Likewise, Iran’s fundamentalist regime has been propagating the “Protocols” since its earliest years. The Iranian leader’s Islamic Propaganda Organization has been publishing and distributing the “Protocols” since the 1980s.

The foundation that President-Elect Raisi ran until several years ago, and that produced its 50-episode film series on the “Protocols” under his tenure has also been publishing its own hardcopy editions since the 1990s.

And in 2003, Hezbollah’s Al-Manar broadcast a 29-part series based on the “Protocols” called “Al-Shatat.” The film’s production was facilitated by the Assad regime, but diplomatic pressure led Syrian state TV to drop it, and French officials forced Al-Manar off Eutelsat over the film.





Supporters of Lebanon's Hezbollah leader Sayyed Hassan Nasrallah listen to him via a screen during a rally  in Khiam, Lebanon, on August 13, 2017. (Reuters file photo)

Yet moderate forces have sometimes raised up the “Protocols” in regrettable ways as well, such as in 2002 when Egyptian state TV and a private station broadcast “Horseman Without a Horse,” another multi-episode documentary based partly on the “Protocols.”

In response to complaints, state TV cut parts of the film and added a disclaimer, but it was rebroadcast both in Egypt and abroad. The film’s star brags it inspired the sale of two million copies of the “Protocols.”

Arab News published an op-ed noting that the “Protocols” were “long since shown to be a fake” and that even if only one percent of “Horseman Without a Horse” is based on the book, “that’s 1 percent too many.”

Asharq Al-Awsat published an interview with a Palestinian academic criticizing the film and calling the text “a fictitious book” that harms Palestinian advocacy. In 2008, Egypt’s Grand Mufti called the “Protocols” a “fictitious book which has no basis in fact.”

Both in the Middle East and in other regions too, the myth of a Jewish cabal controlling the world is still quite common in some circles today, even if the “Protocols” are not explicitly mentioned.

And in my own work, I do encounter copies of the “Protocols” sold by private exhibitors at state-run book fairs in parts of the region, including one taking place in Egypt this past month. I have also found them in some state textbooks, yet thanks to education reformers this has become far less common today.

Defending against disinformation today

On June 22, the US Department of Justice seized 36 websites linked to Iran’s Islamic Revolutionary Guard Corps (IRGC) and its proxies, many of which had a record of spewing blatantly hateful and untrue propaganda targeting Saudi Arabia, America, Israel, and the Jewish people. And some of them have routinely invoked the “Protocols” for propaganda purposes.




Iranian Revolutionary Guard celebrate after launching a missile in an undisclosed location in Iran on July 3, 2012. (AP file/IRNA, Mostafa Qotbi)

Such disinformation can be dangerous. Another IRGC-run site disrupted by the Justice Department in 2020 was AWD News, once the number one web domain promoted by Iranian trolls on Twitter.

In 2016, AWD News baselessly reported Israel had threatened Pakistan with nuclear weapons if it entered Syria, and in reaction an account for Pakistan’s defense minister actually tweeted, and then deleted, a warning that “Israel forgets Pakistan is a Nuclear state too.”

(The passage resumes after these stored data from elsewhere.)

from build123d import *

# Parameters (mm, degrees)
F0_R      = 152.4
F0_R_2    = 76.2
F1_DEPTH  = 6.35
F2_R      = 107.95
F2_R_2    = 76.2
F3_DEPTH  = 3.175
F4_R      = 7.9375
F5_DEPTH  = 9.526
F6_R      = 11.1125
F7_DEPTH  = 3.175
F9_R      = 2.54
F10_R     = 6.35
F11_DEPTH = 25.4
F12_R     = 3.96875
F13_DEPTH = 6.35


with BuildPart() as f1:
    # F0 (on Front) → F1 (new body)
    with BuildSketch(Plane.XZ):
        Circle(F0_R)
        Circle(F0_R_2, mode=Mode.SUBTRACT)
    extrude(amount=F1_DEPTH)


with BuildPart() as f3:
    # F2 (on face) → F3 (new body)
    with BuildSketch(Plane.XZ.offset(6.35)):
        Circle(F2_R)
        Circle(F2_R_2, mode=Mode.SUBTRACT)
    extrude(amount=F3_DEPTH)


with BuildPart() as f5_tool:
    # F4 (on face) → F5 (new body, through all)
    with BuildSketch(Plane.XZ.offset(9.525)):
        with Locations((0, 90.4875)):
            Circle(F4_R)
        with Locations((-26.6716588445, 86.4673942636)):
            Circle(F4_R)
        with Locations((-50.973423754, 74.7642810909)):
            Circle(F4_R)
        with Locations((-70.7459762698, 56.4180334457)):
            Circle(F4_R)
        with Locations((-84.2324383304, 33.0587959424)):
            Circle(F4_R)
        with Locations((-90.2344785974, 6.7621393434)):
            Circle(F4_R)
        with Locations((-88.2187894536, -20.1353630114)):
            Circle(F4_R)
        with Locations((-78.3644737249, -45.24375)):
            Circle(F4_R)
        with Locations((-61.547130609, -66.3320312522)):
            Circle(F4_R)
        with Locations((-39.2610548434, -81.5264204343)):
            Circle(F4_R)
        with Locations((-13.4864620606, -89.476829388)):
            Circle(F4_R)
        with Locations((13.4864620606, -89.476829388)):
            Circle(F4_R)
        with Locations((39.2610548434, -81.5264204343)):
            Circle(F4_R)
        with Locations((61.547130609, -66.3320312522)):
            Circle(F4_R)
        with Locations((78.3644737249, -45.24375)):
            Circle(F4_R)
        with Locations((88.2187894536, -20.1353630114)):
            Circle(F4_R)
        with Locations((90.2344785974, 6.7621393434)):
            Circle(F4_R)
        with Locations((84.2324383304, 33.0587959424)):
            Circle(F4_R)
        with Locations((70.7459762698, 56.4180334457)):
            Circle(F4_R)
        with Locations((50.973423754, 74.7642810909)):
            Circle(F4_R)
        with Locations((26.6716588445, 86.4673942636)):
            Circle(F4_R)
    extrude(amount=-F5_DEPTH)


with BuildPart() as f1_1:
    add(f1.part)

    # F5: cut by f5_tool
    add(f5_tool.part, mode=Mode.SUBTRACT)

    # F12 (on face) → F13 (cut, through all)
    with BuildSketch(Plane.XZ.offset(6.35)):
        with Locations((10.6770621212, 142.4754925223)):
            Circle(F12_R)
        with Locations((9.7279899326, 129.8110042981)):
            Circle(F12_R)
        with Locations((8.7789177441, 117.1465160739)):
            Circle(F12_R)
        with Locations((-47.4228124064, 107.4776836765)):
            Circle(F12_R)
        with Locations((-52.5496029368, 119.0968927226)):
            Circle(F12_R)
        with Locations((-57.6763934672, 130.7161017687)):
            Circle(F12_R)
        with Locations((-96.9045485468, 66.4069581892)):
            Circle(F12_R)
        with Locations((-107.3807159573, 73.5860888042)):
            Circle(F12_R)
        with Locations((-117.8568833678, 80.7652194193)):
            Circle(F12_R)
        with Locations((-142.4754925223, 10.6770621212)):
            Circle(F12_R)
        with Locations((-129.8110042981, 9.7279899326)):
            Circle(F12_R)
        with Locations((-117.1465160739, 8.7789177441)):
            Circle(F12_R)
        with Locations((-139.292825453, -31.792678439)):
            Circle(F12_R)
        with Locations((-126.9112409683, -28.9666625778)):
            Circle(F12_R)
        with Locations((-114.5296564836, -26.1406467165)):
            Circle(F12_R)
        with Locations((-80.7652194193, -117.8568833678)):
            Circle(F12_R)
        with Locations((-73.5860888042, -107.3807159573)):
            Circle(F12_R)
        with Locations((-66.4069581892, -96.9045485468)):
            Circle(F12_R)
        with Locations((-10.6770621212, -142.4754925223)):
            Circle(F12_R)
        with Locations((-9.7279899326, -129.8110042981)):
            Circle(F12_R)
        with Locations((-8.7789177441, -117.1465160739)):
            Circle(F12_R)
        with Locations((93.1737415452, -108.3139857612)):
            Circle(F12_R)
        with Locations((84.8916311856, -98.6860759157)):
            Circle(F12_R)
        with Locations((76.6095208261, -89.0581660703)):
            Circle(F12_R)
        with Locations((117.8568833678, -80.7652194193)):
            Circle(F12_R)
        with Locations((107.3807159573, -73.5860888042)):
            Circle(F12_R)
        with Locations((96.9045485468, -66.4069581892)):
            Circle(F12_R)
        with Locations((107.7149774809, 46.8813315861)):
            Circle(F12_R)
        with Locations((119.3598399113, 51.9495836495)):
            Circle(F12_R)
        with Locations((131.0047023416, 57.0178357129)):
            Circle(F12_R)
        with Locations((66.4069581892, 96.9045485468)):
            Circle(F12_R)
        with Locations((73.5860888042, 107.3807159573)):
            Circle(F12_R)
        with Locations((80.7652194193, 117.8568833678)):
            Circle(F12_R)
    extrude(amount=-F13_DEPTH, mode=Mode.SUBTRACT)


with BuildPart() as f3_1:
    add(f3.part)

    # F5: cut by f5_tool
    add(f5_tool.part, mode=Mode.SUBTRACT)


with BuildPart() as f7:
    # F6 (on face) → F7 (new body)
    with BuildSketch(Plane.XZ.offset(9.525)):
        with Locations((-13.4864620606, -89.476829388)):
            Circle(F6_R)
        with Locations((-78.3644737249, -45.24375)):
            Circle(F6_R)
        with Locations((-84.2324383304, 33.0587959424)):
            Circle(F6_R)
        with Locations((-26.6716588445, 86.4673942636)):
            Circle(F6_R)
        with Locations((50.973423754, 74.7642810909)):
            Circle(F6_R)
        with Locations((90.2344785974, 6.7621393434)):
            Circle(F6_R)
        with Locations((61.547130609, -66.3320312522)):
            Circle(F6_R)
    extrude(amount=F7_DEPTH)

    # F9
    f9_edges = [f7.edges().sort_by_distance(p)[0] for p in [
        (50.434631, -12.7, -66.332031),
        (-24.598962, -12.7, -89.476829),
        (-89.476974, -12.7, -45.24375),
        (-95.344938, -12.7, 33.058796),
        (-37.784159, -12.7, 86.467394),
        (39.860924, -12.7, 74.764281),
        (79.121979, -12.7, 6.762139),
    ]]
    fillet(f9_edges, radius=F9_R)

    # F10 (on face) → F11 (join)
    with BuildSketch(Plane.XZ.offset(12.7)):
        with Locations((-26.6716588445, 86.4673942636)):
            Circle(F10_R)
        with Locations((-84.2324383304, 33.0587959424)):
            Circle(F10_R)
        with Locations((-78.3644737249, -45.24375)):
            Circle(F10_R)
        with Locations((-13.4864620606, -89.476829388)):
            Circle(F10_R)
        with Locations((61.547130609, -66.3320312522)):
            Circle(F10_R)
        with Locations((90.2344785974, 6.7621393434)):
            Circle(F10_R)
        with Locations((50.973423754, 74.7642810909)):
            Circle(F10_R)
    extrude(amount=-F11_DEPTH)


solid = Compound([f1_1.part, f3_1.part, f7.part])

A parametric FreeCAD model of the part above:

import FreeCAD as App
import Part
import Sketcher

V = App.Vector
Q = App.Units.Quantity


def edges_at(feature, points):
    """Names of the edges that pass closest to the given points."""
    edges = feature.Shape.Edges
    near = lambda p: min(range(len(edges)), key=lambda i: edges[i].distToShape(Part.Vertex(*p))[0])
    return sorted({f"Edge{near(p) + 1}" for p in points})

doc = App.newDocument("Part")
body = doc.addObject("PartDesign::Body", "Body")

sketch1 = doc.addObject("Sketcher::SketchObject", "Sketch")
body.addObject(sketch1)
sketch1.AttachmentSupport = (doc.XZ_Plane, [""])
sketch1.MapMode = "FlatFace"
sketch1.addGeometry([
    Part.Circle(V(0, 0, 0), V(0, 0, 1), 152),
    Part.Circle(V(0, 0, 0), V(0, 0, 1), 76),
], False)
sketch1.addConstraint([
    Sketcher.Constraint("Coincident", 0, 3, -1, 1),
    Sketcher.Constraint("Coincident", 1, 3, -1, 1),
    Sketcher.Constraint("Diameter", 0, Q("12 in")),
    Sketcher.Constraint("Diameter", 1, Q("6 in")),
])
pad1 = doc.addObject("PartDesign::Pad", "Pad")
body.addObject(pad1)
pad1.Profile = sketch1
pad1.Length = Q("0.25 in")
body2 = doc.addObject("PartDesign::Body", "Body001")

sketch2 = doc.addObject("Sketcher::SketchObject", "Sketch001")
body2.addObject(sketch2)
sketch2.AttachmentSupport = (doc.getObject("XZ_Plane001"), [""])
sketch2.MapMode = "FlatFace"
sketch2.AttachmentOffset = App.Placement(V(0, 0, 0.25 * 25.4), App.Rotation())
sketch2.addGeometry([
    Part.Circle(V(0, 0, 0), V(0, 0, 1), 108),
    Part.Circle(V(0, 0, 0), V(0, 0, 1), 76),
], False)
sketch2.addConstraint([
    Sketcher.Constraint("Coincident", 0, 3, -1, 1),
    Sketcher.Constraint("Coincident", 1, 3, -1, 1),
    Sketcher.Constraint("Diameter", 1, Q("6 in")),
    Sketcher.Constraint("Diameter", 0, Q("8.5 in")),
])
pad2 = doc.addObject("PartDesign::Pad", "Pad001")
body2.addObject(pad2)
pad2.Profile = sketch2
pad2.Length = Q("0.125 in")
body3 = doc.addObject("PartDesign::Body", "Body002")
body3.AllowCompound = True

sketch3 = doc.addObject("Sketcher::SketchObject", "Sketch002")
body3.addObject(sketch3)
sketch3.AttachmentSupport = (doc.getObject("XZ_Plane002"), [""])
sketch3.MapMode = "FlatFace"
sketch3.AttachmentOffset = App.Placement(V(0, 0, 0.375 * 25.4), App.Rotation())
sketch3.addGeometry([
    Part.Circle(V(0, 90, 0), V(0, 0, 1), 8),
    Part.Circle(V(-27, 86, 0), V(0, 0, 1), 8),
    Part.Circle(V(-51, 75, 0), V(0, 0, 1), 8),
    Part.Circle(V(-71, 56, 0), V(0, 0, 1), 8),
    Part.Circle(V(-84, 33, 0), V(0, 0, 1), 8),
    Part.Circle(V(-90, 7, 0), V(0, 0, 1), 8),
    Part.Circle(V(-88, -20, 0), V(0, 0, 1), 8),
    Part.Circle(V(-78, -45, 0), V(0, 0, 1), 8),
    Part.Circle(V(-62, -66, 0), V(0, 0, 1), 8),
    Part.Circle(V(-39, -82, 0), V(0, 0, 1), 8),
    Part.Circle(V(-13, -89, 0), V(0, 0, 1), 8),
    Part.Circle(V(13, -89, 0), V(0, 0, 1), 8),
    Part.Circle(V(39, -82, 0), V(0, 0, 1), 8),
    Part.Circle(V(62, -66, 0), V(0, 0, 1), 8),
    Part.Circle(V(78, -45, 0), V(0, 0, 1), 8),
    Part.Circle(V(88, -20, 0), V(0, 0, 1), 8),
    Part.Circle(V(90, 7, 0), V(0, 0, 1), 8),
    Part.Circle(V(84, 33, 0), V(0, 0, 1), 8),
    Part.Circle(V(71, 56, 0), V(0, 0, 1), 8),
    Part.Circle(V(51, 75, 0), V(0, 0, 1), 8),
    Part.Circle(V(27, 86, 0), V(0, 0, 1), 8),
], False)
sketch3.addConstraint([
    Sketcher.Constraint("Equal", 0, 1),
    Sketcher.Constraint("Equal", 1, 2),
    Sketcher.Constraint("Equal", 2, 3),
    Sketcher.Constraint("Equal", 3, 4),
    Sketcher.Constraint("Equal", 4, 5),
    Sketcher.Constraint("Equal", 5, 6),
    Sketcher.Constraint("Equal", 6, 7),
    Sketcher.Constraint("Equal", 7, 8),
    Sketcher.Constraint("Equal", 8, 9),
    Sketcher.Constraint("Equal", 9, 10),
    Sketcher.Constraint("Equal", 10, 11),
    Sketcher.Constraint("Equal", 11, 12),
    Sketcher.Constraint("Equal", 12, 13),
    Sketcher.Constraint("Equal", 13, 14),
    Sketcher.Constraint("Equal", 14, 15),
    Sketcher.Constraint("Equal", 15, 16),
    Sketcher.Constraint("Equal", 16, 17),
    Sketcher.Constraint("Equal", 17, 18),
    Sketcher.Constraint("Equal", 18, 19),
    Sketcher.Constraint("Equal", 19, 20),
    Sketcher.Constraint("Symmetric", 10, 3, 11, 3, -2),
    Sketcher.Constraint("Symmetric", 9, 3, 12, 3, -2),
    Sketcher.Constraint("Symmetric", 8, 3, 13, 3, -2),
    Sketcher.Constraint("Symmetric", 7, 3, 14, 3, -2),
    Sketcher.Constraint("Symmetric", 6, 3, 15, 3, -2),
    Sketcher.Constraint("Symmetric", 5, 3, 16, 3, -2),
    Sketcher.Constraint("Symmetric", 4, 3, 17, 3, -2),
    Sketcher.Constraint("Symmetric", 3, 3, 18, 3, -2),
    Sketcher.Constraint("Symmetric", 2, 3, 19, 3, -2),
    Sketcher.Constraint("Symmetric", 1, 3, 20, 3, -2),
    Sketcher.Constraint("PointOnObject", 0, 3, -2),
    Sketcher.Constraint("Diameter", 0, Q("0.625 in")),
    Sketcher.Constraint("DistanceY", -1, 1, 0, 3, Q("3.5625 in")),
    Sketcher.Constraint("DistanceY", 7, 3, -1, 1, Q("1.78125 in")),
    Sketcher.Constraint("DistanceX", 7, 3, 8, 3, Q("0.6621001 in")),
    Sketcher.Constraint("DistanceY", 4, 3, 1, 3, Q("53.408598 mm")),
    Sketcher.Constraint("DistanceY", 10, 3, 8, 3, Q("23.144798 mm")),
    Sketcher.Constraint("DistanceX", 1, 3, -1, 1, Q("26.671659 mm")),
    Sketcher.Constraint("DistanceY", -1, 1, 2, 3, Q("74.764281 mm")),
    Sketcher.Constraint("DistanceX", 4, 3, -1, 1, Q("84.232438 mm")),
    Sketcher.Constraint("DistanceX", 5, 3, -1, 1, Q("90.234479 mm")),
    Sketcher.Constraint("DistanceY", -1, 1, 5, 3, Q("6.762139 mm")),
    Sketcher.Constraint("DistanceX", 6, 3, -1, 1, Q("88.218789 mm")),
    Sketcher.Constraint("DistanceX", 8, 3, -1, 1, Q("61.547131 mm")),
    Sketcher.Constraint("DistanceY", 8, 3, -1, 1, Q("66.332031 mm")),
    Sketcher.Constraint("DistanceY", 9, 3, -1, 1, Q("81.52642 mm")),
    Sketcher.Constraint("DistanceY", 3, 3, 1, 3, Q("30.049361 mm")),
    Sketcher.Constraint("DistanceY", 6, 3, 4, 3, Q("53.194159 mm")),
    Sketcher.Constraint("DistanceX", 7, 3, 2, 3, Q("27.39105 mm")),
    Sketcher.Constraint("DistanceY", 8, 3, 6, 3, Q("46.196668 mm")),
    Sketcher.Constraint("DistanceX", 7, 3, 9, 3, Q("39.103419 mm")),
    Sketcher.Constraint("DistanceX", 8, 3, 10, 3, Q("48.060669 mm")),
    Sketcher.Constraint("DistanceX", 3, 3, -1, 1, Q("70.745976 mm")),
])
pad3 = doc.addObject("PartDesign::Pad", "Pad002")
body3.addObject(pad3)
pad3.Profile = sketch3
pad3.Length = 9.526
pad3.Reversed = True
doc.recompute()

Thankfully, the internet and social media also offer new tools for countering disinformation. There are good primers on how to identify fake news, for example. Social media platforms and governments are being encouraged to take an array of actions to help push hate and extremism back to the Internet’s fringes.

Where defamation is legally actionable, brave litigants may also be able to ask courts to stop the publication of treatises like the “Protocols.”

But most of all, the digital world provides vast new spaces for all people of good conscience to speak out. To debate such controversial ideas, and to spread accurately grounded messages of intercommunal and interfaith tolerance, countering hateful myths such as the “Protocols” and explaining how we have known for a full century that they are simply without basis.

_______________________

David Andrew Weinberg is the Anti-Defamation League’s Washington Director for International Affairs.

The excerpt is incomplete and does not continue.